# Work to be completed
Exactly as they appear, copy the lines from the start of the entries below to the line containing "f 240 241 274", both ends included.

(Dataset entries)
--- START ---

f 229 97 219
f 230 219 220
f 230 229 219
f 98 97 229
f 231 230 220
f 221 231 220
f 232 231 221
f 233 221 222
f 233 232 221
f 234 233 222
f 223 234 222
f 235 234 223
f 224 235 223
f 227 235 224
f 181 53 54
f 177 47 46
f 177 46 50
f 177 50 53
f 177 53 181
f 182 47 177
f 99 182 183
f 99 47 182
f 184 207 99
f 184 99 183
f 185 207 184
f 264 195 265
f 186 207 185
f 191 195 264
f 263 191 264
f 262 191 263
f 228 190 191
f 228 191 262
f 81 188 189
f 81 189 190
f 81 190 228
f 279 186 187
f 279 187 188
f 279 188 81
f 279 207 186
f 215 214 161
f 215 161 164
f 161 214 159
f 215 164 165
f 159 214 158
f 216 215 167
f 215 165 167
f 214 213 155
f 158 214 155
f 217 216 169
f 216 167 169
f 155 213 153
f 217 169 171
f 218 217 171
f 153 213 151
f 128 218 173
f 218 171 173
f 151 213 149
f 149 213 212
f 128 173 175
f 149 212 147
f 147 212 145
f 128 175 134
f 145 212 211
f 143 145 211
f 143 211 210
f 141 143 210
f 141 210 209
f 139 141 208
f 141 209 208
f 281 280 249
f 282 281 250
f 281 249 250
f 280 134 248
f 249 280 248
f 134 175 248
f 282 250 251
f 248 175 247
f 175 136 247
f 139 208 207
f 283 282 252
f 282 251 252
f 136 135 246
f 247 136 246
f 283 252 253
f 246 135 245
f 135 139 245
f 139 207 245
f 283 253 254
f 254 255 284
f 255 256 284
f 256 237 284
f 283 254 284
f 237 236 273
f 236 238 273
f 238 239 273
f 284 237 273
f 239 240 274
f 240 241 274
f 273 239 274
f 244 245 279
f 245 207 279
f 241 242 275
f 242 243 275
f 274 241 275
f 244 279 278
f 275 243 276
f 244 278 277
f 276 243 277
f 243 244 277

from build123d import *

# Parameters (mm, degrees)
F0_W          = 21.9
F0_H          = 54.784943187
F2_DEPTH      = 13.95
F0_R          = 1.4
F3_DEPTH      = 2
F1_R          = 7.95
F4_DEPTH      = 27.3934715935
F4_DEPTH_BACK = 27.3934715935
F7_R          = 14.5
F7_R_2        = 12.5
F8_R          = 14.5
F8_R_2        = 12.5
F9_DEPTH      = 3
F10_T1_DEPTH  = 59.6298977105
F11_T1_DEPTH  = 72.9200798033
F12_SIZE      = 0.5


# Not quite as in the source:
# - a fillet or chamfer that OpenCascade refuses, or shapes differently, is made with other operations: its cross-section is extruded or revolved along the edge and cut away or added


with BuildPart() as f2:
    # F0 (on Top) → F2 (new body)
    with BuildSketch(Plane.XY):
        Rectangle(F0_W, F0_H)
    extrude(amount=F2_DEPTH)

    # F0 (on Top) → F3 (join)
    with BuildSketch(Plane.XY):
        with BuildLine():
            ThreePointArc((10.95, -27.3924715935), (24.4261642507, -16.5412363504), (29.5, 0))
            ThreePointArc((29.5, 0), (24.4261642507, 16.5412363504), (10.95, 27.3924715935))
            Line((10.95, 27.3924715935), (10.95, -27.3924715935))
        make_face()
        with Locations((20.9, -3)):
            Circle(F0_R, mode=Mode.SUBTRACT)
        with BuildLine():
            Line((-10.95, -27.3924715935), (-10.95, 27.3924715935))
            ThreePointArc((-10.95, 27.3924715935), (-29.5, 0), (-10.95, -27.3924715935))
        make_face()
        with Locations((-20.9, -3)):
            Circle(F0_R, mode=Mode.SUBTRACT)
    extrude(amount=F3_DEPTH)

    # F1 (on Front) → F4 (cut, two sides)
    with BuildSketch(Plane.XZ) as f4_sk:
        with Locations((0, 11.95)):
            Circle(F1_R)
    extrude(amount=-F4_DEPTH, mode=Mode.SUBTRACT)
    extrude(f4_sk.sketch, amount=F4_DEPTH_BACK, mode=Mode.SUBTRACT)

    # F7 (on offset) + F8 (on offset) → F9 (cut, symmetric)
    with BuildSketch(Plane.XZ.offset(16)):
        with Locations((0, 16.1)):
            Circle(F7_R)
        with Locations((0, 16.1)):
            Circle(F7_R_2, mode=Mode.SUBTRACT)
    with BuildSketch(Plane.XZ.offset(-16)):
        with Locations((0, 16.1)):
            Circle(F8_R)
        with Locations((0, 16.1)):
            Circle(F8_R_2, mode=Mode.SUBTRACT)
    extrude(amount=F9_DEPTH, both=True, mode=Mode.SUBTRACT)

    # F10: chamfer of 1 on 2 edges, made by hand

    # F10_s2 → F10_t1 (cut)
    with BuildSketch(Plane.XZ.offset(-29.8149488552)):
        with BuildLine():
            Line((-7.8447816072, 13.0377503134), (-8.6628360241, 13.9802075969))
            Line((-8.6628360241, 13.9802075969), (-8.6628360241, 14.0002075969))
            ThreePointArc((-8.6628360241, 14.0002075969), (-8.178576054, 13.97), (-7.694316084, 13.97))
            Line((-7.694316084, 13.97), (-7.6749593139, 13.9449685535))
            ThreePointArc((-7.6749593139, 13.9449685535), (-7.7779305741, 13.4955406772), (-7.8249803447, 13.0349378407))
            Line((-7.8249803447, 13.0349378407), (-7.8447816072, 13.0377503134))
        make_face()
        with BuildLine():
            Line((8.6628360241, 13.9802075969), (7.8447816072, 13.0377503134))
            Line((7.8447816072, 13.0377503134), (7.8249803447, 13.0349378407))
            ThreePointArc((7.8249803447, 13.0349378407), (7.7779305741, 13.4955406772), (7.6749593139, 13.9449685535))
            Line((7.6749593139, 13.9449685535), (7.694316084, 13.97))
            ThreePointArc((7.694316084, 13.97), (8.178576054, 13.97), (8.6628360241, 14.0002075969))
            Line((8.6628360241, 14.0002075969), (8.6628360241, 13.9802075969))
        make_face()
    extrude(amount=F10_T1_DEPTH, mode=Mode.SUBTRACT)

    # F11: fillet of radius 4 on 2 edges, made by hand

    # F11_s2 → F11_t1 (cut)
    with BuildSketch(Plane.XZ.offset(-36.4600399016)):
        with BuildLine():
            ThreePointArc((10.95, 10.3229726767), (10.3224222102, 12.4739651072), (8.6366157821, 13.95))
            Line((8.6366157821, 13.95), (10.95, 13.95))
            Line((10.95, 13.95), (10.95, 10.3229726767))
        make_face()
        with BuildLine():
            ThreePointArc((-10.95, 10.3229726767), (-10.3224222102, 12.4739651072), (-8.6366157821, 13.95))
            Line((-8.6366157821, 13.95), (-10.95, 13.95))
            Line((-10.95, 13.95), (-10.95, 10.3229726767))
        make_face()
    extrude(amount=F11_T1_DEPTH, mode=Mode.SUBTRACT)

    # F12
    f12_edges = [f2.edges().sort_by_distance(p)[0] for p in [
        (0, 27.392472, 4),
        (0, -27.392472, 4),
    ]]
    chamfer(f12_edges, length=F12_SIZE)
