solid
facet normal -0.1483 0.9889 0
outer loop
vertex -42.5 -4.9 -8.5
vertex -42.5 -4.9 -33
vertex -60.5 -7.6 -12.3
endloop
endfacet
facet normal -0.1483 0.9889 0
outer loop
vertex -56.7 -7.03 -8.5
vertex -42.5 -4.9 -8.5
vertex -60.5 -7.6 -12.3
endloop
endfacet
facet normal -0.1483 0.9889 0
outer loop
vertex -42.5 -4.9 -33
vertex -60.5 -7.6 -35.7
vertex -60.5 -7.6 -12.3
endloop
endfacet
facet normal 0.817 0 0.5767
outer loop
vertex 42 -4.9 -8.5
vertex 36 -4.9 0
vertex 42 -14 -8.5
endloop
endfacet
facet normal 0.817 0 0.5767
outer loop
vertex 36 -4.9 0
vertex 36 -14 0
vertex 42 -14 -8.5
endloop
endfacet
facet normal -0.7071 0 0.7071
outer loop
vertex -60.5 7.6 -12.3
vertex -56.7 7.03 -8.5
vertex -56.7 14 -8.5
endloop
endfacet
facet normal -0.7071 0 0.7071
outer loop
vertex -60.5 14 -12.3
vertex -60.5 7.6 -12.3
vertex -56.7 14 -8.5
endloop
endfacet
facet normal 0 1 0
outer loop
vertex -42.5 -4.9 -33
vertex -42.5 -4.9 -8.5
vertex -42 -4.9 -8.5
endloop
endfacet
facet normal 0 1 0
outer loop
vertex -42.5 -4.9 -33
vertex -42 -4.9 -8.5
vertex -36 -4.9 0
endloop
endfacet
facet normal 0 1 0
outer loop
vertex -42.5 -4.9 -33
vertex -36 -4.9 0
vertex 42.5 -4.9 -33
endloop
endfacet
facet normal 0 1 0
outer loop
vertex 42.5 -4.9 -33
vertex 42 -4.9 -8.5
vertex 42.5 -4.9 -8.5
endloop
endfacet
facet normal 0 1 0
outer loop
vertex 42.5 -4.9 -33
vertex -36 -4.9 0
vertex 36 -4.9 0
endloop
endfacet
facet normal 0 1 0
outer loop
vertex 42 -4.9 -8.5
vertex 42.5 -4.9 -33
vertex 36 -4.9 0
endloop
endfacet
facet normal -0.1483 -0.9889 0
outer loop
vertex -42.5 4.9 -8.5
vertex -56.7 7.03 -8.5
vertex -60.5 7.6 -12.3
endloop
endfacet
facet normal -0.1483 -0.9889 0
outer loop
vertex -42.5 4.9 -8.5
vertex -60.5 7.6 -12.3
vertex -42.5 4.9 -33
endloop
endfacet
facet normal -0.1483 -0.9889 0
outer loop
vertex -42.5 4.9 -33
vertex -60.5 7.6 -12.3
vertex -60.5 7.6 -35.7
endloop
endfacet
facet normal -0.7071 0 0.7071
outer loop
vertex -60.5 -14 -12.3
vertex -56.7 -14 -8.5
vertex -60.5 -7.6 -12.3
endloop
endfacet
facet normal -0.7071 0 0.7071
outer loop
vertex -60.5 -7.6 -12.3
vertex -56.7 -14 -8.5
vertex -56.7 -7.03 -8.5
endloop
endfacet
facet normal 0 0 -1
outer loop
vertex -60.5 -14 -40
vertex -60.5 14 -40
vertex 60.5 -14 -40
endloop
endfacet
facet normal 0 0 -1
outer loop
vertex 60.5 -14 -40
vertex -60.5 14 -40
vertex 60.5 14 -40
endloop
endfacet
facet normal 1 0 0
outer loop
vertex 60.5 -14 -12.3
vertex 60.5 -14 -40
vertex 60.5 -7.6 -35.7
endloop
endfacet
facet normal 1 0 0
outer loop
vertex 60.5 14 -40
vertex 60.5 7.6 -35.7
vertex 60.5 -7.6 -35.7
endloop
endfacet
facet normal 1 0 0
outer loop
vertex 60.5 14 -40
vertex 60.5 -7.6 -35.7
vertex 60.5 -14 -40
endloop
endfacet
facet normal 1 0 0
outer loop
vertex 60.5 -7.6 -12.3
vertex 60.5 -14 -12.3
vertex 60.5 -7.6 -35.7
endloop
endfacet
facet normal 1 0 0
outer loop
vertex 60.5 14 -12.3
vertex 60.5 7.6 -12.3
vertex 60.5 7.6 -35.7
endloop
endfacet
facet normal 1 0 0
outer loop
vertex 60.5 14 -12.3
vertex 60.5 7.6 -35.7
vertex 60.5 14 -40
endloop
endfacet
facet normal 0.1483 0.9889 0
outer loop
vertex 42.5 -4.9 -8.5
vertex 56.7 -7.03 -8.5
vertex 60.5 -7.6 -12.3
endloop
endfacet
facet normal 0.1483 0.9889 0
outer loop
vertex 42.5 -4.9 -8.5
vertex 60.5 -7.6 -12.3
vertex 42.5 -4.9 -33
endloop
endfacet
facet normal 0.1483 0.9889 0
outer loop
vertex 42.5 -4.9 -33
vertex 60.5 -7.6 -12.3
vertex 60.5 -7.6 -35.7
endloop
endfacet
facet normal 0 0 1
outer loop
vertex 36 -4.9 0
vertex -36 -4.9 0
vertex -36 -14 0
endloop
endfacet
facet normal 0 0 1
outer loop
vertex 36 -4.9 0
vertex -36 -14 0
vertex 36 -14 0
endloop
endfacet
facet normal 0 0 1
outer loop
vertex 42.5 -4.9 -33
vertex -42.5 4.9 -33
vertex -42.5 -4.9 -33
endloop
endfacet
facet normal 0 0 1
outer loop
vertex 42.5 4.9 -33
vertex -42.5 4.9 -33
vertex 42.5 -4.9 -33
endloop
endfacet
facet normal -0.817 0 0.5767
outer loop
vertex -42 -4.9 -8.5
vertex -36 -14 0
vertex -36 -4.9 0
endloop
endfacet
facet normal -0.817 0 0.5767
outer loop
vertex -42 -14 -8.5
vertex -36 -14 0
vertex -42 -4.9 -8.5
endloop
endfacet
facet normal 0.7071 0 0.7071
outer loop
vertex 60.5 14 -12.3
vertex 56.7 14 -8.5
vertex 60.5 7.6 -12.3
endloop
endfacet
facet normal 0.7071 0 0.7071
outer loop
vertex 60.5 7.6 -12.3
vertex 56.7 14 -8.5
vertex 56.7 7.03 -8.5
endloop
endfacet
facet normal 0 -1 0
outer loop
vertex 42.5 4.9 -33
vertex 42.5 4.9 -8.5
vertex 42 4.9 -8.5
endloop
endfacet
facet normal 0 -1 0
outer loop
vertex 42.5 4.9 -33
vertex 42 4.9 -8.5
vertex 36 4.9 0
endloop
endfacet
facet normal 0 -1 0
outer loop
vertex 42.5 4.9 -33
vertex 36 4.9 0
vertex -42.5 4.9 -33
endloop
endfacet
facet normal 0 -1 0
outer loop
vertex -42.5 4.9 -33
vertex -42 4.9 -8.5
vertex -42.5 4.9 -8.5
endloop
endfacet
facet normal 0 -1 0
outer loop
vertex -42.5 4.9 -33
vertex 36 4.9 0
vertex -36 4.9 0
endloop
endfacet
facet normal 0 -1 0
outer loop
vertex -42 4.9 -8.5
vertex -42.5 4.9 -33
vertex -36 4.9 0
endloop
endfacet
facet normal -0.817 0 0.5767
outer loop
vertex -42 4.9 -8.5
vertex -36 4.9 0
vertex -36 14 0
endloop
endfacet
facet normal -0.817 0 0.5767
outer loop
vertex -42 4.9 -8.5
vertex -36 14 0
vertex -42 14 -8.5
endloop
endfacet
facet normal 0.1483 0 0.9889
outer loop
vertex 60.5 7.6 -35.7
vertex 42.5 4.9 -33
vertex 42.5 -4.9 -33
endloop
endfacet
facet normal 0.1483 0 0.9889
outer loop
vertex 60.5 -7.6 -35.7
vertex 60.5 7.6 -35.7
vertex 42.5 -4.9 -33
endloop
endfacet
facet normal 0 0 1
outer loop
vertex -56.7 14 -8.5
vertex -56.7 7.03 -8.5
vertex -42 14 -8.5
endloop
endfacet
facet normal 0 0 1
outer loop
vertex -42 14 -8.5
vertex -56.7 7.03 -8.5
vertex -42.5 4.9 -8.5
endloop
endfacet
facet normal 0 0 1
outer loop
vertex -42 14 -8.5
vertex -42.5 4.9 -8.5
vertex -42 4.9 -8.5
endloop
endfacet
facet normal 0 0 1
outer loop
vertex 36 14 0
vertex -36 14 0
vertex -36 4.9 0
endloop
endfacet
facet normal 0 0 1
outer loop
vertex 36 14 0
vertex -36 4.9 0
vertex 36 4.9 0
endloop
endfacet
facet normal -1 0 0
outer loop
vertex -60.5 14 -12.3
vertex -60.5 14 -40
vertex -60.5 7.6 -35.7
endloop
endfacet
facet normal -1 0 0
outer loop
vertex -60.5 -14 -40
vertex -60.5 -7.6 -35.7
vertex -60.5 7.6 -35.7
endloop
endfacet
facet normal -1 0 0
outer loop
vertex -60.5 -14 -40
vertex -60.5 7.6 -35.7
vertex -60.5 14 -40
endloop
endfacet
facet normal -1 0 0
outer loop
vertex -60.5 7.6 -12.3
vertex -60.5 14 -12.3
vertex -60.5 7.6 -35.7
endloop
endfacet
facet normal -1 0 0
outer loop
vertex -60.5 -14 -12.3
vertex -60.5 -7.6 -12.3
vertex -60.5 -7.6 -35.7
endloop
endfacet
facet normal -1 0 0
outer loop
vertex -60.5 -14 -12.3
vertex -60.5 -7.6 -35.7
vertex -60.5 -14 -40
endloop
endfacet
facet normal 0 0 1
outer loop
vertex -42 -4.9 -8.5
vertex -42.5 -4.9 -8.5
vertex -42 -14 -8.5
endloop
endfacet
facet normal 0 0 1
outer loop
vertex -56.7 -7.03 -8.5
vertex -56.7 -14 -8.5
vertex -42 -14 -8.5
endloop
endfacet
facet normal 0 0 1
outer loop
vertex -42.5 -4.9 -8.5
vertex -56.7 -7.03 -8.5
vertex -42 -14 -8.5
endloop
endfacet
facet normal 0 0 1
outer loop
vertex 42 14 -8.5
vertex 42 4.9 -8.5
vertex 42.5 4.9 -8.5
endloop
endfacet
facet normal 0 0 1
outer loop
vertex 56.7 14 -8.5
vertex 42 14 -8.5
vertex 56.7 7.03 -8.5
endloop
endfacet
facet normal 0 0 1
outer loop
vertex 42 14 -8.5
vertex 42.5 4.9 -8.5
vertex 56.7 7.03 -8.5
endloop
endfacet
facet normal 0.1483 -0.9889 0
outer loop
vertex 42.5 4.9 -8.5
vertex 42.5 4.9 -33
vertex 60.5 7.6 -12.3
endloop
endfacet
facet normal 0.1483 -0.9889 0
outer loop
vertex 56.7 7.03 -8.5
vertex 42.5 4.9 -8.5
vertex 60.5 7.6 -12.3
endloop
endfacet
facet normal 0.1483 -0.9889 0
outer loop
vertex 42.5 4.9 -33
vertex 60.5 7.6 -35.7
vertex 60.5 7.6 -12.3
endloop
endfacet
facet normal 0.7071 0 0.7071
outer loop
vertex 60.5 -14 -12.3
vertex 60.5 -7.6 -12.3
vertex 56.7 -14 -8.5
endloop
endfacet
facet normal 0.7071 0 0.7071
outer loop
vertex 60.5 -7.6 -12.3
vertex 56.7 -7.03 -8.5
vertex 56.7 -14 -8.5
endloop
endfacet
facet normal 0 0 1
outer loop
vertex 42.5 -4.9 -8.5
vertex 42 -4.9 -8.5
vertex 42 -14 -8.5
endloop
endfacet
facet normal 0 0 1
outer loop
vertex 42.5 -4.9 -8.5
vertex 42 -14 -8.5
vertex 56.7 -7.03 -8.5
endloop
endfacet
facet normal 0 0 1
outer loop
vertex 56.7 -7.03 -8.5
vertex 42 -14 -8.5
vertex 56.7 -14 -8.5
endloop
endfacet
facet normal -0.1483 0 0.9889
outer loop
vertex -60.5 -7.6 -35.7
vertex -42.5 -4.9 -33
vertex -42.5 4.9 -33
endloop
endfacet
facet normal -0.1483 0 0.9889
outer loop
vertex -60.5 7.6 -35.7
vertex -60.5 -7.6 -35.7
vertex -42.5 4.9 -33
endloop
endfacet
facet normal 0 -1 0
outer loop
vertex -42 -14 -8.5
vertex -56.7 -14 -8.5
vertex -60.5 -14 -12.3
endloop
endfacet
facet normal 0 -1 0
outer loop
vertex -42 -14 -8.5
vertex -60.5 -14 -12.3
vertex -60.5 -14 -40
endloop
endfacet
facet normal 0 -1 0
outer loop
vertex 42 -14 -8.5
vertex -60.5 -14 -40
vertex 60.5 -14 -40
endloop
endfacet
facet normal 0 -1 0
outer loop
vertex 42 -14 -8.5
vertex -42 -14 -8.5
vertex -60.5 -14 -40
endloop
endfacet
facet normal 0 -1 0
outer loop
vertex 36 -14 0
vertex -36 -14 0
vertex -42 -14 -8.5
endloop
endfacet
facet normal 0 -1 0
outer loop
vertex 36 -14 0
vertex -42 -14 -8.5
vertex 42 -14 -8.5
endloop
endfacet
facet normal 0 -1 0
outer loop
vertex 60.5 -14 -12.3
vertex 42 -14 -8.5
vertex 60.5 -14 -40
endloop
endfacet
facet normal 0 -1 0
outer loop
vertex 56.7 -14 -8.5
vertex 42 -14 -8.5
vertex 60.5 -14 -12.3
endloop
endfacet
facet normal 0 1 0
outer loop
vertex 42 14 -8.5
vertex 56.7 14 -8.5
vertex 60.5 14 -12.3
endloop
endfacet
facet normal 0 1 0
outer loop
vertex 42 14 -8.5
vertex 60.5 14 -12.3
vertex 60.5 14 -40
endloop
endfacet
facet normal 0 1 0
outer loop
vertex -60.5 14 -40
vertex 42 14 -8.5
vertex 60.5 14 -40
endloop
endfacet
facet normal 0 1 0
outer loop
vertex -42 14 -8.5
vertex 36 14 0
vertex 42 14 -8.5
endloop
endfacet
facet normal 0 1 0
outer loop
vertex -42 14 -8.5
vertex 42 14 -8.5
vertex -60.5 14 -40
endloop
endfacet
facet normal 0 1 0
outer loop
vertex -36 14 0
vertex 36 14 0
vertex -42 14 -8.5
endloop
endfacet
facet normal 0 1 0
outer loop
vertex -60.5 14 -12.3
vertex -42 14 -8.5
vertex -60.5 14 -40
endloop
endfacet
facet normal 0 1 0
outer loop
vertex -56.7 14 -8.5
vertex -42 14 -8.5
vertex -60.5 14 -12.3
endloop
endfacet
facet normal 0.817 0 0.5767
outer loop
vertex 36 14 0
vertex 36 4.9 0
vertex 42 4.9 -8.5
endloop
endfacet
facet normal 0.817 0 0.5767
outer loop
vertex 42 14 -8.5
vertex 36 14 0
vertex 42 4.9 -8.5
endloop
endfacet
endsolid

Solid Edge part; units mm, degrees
sketch "Sketch1" plane through (0, 0, 0) normal (0, 0, 1) x (1, 0, 0)
  line L0 (-60.5, -14) -> (60.5, -14)
  line L1 (60.5, -14) -> (60.5, 14)
  line L2 (60.5, 14) -> (-60.5, 14)
  line L3 (-60.5, 14) -> (-60.5, -14)
extrude "Protrusion1" add sketch "Sketch1" against normal blind 40
sketch "Sketch2" plane through (0, -14, -20) normal (0, -1, 0) x (1, 0, 0)
  line L0 (60.5, 20) -> (42, 20)
  line L1 (42, 20) -> (42, 11.5)
  line L2 (42, 11.5) -> (60.5, 11.5)
  line L3 (60.5, 11.5) -> (60.5, 20)
extrude "ExtrudedCutout_11" cut sketch "Sketch2" against normal blind 28
sketch "Sketch3" plane through (0, -14, -20) normal (0, -1, 0) x (1, 0, 0)
  line L0 (-60.5, 11.5) -> (-42, 11.5)
  line L1 (-42, 11.5) -> (-42, 20)
  line L2 (-42, 20) -> (-60.5, 20)
  line L3 (-60.5, 20) -> (-60.5, 11.5)
extrude "ExtrudedCutout_12" cut sketch "Sketch3" against normal blind 28
chamfer "Chamfer_7" [suppressed]
chamfer "Chamfer_8" [suppressed]
sketch "Sketch4" plane through (0, 0, 0) normal (0, 0, 1) x (0, 1, 0)
  line L0 (-4.9, -60.5) -> (4.9, -60.5)
  line L1 (4.9, -60.5) -> (4.9, 60.5)
  line L2 (4.9, 60.5) -> (-4.9, 60.5)
  line L3 (-4.9, 60.5) -> (-4.9, -60.5)
extrude "ExtrudedCutout_28" cut sketch "Sketch4" against normal blind 33
chamfer "Chamfer_9" distance 18 distance2 2.7 1 edges at (-60.5, 0, -33) measured on face at (-41.5433, -3.1687, -33)
chamfer "Chamfer_10" distance 18 distance2 2.7 1 edges at (-60.5, -4.9, -22.1) measured on face at (-41.5433, -4.9, -29.393)
chamfer "Chamfer_11" distance 18 distance2 2.7 1 edges at (-60.5, 4.9, -22.1) measured on face at (41.5433, 4.9, -29.393)
chamfer "Chamfer_12" distance 18 distance2 2.7 1 edges at (60.5, 0, -33) measured on face at (-26.3633, -3.1687, -33)
chamfer "Chamfer_13" distance 18 distance2 2.7 1 edges at (60.5, 4.9, -22.1) measured on face at (44.3633, 4.9, -29.393)
chamfer "Chamfer_14" distance 18 distance2 2.7 1 edges at (60.5, -4.9, -22.1) measured on face at (-26.3633, -4.9, -29.393)
sketch "Sketch5" plane through (0, -14, -20) normal (0, -1, 0) x (1, 0, 0)
  line L0 (-36, 20) -> (-42, 11.5)
  line L1 (-42, 11.5) -> (-42, 20)
  line L2 (-42, 20) -> (-36, 20)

--- END ---

# Answer to the problem
f 229 97 219
f 230 219 220
f 230 229 219
f 98 97 229
f 231 230 220
f 221 231 220
f 232 231 221
f 233 221 222
f 233 232 221
f 234 233 222
f 223 234 222
f 235 234 223
f 224 235 223
f 227 235 224
f 181 53 54
f 177 47 46
f 177 46 50
f 177 50 53
f 177 53 181
f 182 47 177
f 99 182 183
f 99 47 182
f 184 207 99
f 184 99 183
f 185 207 184
f 264 195 265
f 186 207 185
f 191 195 264
f 263 191 264
f 262 191 263
f 228 190 191
f 228 191 262
f 81 188 189
f 81 189 190
f 81 190 228
f 279 186 187
f 279 187 188
f 279 188 81
f 279 207 186
f 215 214 161
f 215 161 164
f 161 214 159
f 215 164 165
f 159 214 158
f 216 215 167
f 215 165 167
f 214 213 155
f 158 214 155
f 217 216 169
f 216 167 169
f 155 213 153
f 217 169 171
f 218 217 171
f 153 213 151
f 128 218 173
f 218 171 173
f 151 213 149
f 149 213 212
f 128 173 175
f 149 212 147
f 147 212 145
f 128 175 134
f 145 212 211
f 143 145 211
f 143 211 210
f 141 143 210
f 141 210 209
f 139 141 208
f 141 209 208
f 281 280 249
f 282 281 250
f 281 249 250
f 280 134 248
f 249 280 248
f 134 175 248
f 282 250 251
f 248 175 247
f 175 136 247
f 139 208 207
f 283 282 252
f 282 251 252
f 136 135 246
f 247 136 246
f 283 252 253
f 246 135 245
f 135 139 245
f 139 207 245
f 283 253 254
f 254 255 284
f 255 256 284
f 256 237 284
f 283 254 284
f 237 236 273
f 236 238 273
f 238 239 273
f 284 237 273
f 239 240 274
f 240 241 274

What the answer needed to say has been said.